Zeitschrift für angewandte Mathematik und Physik ( IF 1.7 ) Pub Date : 2020-10-13 , DOI: 10.1007/s00033-020-01413-6 Xinyu Tu , Chunlai Mu , Shuyan Qiu , Li Yang
This paper deals with the two-species chemotaxis-competition system with loop
$$\begin{aligned} \left\{ \begin{array}{llll} \partial _{t} u_{1}=d_1\Delta u_{1}-\chi _{11}\nabla \cdot (u_{1}\nabla v_{1}) -\chi _{12}\nabla \cdot (u_{1}\nabla v_{2}) +\mu _{1}u_{1}(1-u_{1}-a_{1}u_{2}),\\ \partial _{t} u_{2}=d_2\Delta u_{2}-\chi _{21}\nabla \cdot (u_{2}\nabla v_{1}) -\chi _{22}\nabla \cdot (u_{2}\nabla v_{2}) +\mu _{2}u_{2}(1-u_{2}-a_{2}u_{1}),\\ \partial _t v_1=d_3\Delta v_{1}-\lambda _{1} v_{1}+\alpha _{11}u_{1}+\alpha _{12}u_{2},\\ \partial _t v_2=d_4\Delta v_{2}-\lambda _{2} v_{2}+\alpha _{21}u_{1}+\alpha _{22}u_{2}, \\ \end{array} \right. \end{aligned}$$subject to homogeneous Neumann boundary conditions in a smooth bounded domain \(\Omega \subset {\mathbb {R}}^{3}\), where \(\chi _{ij}>0\), \(\mu _{i}>0\), \(a_i>0\), \(\alpha _{ij}>0\), \(\lambda _{i}>0\), \(d_k>0\) \((i, j=1, 2, k=1, 2, 3, 4)\). Our main purpose is to extend the global boundedness result to the 3D setting.

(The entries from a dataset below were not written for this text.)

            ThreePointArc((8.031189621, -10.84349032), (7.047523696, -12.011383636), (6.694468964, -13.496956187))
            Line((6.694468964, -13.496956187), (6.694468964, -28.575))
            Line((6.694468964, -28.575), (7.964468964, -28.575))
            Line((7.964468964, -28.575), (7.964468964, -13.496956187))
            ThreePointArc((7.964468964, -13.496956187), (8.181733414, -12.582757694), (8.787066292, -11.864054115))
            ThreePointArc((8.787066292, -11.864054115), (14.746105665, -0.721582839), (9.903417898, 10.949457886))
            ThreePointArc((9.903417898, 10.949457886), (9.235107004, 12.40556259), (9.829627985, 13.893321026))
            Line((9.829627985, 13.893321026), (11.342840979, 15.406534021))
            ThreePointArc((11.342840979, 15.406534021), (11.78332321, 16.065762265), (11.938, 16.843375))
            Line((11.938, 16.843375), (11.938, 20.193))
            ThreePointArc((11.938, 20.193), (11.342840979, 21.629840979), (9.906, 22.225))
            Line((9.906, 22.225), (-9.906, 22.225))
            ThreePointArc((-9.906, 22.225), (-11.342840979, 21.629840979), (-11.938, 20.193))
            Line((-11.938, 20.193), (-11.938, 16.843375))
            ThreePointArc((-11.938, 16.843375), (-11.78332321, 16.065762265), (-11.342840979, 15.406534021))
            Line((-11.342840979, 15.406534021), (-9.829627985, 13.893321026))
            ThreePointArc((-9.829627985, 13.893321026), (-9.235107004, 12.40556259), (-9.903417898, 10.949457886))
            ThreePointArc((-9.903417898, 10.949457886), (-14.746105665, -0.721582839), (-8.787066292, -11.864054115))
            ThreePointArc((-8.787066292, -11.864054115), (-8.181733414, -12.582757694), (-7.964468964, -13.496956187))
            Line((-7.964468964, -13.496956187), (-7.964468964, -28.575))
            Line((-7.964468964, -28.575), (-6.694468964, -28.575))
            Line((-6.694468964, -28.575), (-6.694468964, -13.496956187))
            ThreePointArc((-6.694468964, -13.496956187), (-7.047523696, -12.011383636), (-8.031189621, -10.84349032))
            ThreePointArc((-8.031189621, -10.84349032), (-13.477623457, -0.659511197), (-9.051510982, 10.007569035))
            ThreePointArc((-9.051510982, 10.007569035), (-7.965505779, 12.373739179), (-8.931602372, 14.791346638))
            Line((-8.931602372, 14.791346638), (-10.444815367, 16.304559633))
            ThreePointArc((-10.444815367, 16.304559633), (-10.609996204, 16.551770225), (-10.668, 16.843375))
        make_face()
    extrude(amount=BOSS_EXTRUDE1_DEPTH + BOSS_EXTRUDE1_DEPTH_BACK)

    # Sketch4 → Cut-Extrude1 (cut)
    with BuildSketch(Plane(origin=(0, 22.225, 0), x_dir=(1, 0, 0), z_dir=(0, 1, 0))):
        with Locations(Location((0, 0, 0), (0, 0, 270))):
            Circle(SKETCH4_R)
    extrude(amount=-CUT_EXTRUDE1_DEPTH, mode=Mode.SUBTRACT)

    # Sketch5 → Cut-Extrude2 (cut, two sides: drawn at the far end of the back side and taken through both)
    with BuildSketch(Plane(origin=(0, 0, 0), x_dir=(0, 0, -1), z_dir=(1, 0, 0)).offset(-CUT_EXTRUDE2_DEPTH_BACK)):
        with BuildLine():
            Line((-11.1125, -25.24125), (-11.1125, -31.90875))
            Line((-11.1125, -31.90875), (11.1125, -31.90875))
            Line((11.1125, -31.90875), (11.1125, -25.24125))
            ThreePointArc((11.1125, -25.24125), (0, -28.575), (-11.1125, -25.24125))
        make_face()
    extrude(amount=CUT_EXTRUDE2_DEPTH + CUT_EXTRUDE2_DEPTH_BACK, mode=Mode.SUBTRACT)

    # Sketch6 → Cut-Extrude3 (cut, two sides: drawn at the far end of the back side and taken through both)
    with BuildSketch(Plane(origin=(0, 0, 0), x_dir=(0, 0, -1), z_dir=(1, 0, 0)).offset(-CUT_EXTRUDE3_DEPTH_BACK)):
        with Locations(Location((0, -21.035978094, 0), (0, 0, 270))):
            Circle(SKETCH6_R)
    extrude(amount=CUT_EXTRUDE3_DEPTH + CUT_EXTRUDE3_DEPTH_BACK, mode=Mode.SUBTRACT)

To address this issue, based on a new coupled function, by selecting sufficiently large \(\mu _1\) and \(\mu _2\), we construct a Gronwall type inequality which directly renders the uniform boundedness of solutions.
中文翻译:
带环的高维全抛物线趋化竞争系统的有界性
本文研究带环的两种种群趋化竞争系统
$$ \开始{aligned} \左\ {\开始{array} {llll} \部分_ {t} u_ {1} = d_1 \ Delta u_ {1}-\ chi _ {11} \ nabla \ cdot(u_ {1} \ nabla v_ {1})-\ chi _ {12} \ nabla \ cdot(u_ {1} \ nabla v_ {2})+ \ mu _ {1} u_ {1}(1-u_ {1 } -a_ {1} u_ {2}),\\ \部分_ {t} u_ {2} = d_2 \ Delta u_ {2}-\ chi _ {21} \ nabla \ cdot(u_ {2} \ nabla v_ {1})-\ chi _ {22} \ nabla \ cdot(u_ {2} \ nabla v_ {2})+ \ mu _ {2} u_ {2}(1-u_ {2} -a_ {2 } u_ {1}),\\ \部分_t v_1 = d_3 \ Delta v_ {1}-\ lambda _ {1} v_ {1} + \ alpha _ {11} u_ {1} + \ alpha _ {12} u_ {2},\\ \部分_t v_2 = d_4 \ Delta v_ {2}-\ lambda _ {2} v_ {2} + \ alpha _ {21} u_ {1} + \ alpha _ {22} u_ { 2},\\ \结束{array} \对。\ end {aligned} $$服从光滑界域\(\ Omega \子集{\ mathbb {R}} ^ {3} \)中的齐次Neumann边界条件,其中\(\ chi _ {ij}> 0 \),\(\ mu _ {i}> 0 \),\(a_i> 0 \),\(\ alpha _ {ij}> 0 \),\(\ lambda _ {i}> 0 \),\(d_k> 0 \) \ ((i,j = 1,2,k = 1,2,3,4)\)。我们的主要目的是将全局有界结果扩展到3D设置。为了解决这个问题,基于新的耦合函数,通过选择足够大的\(\ mu _1 \)和\(\ mu _2 \),我们构造了一个Gronwall型不等式,它直接呈现了解决方案的一致有界性。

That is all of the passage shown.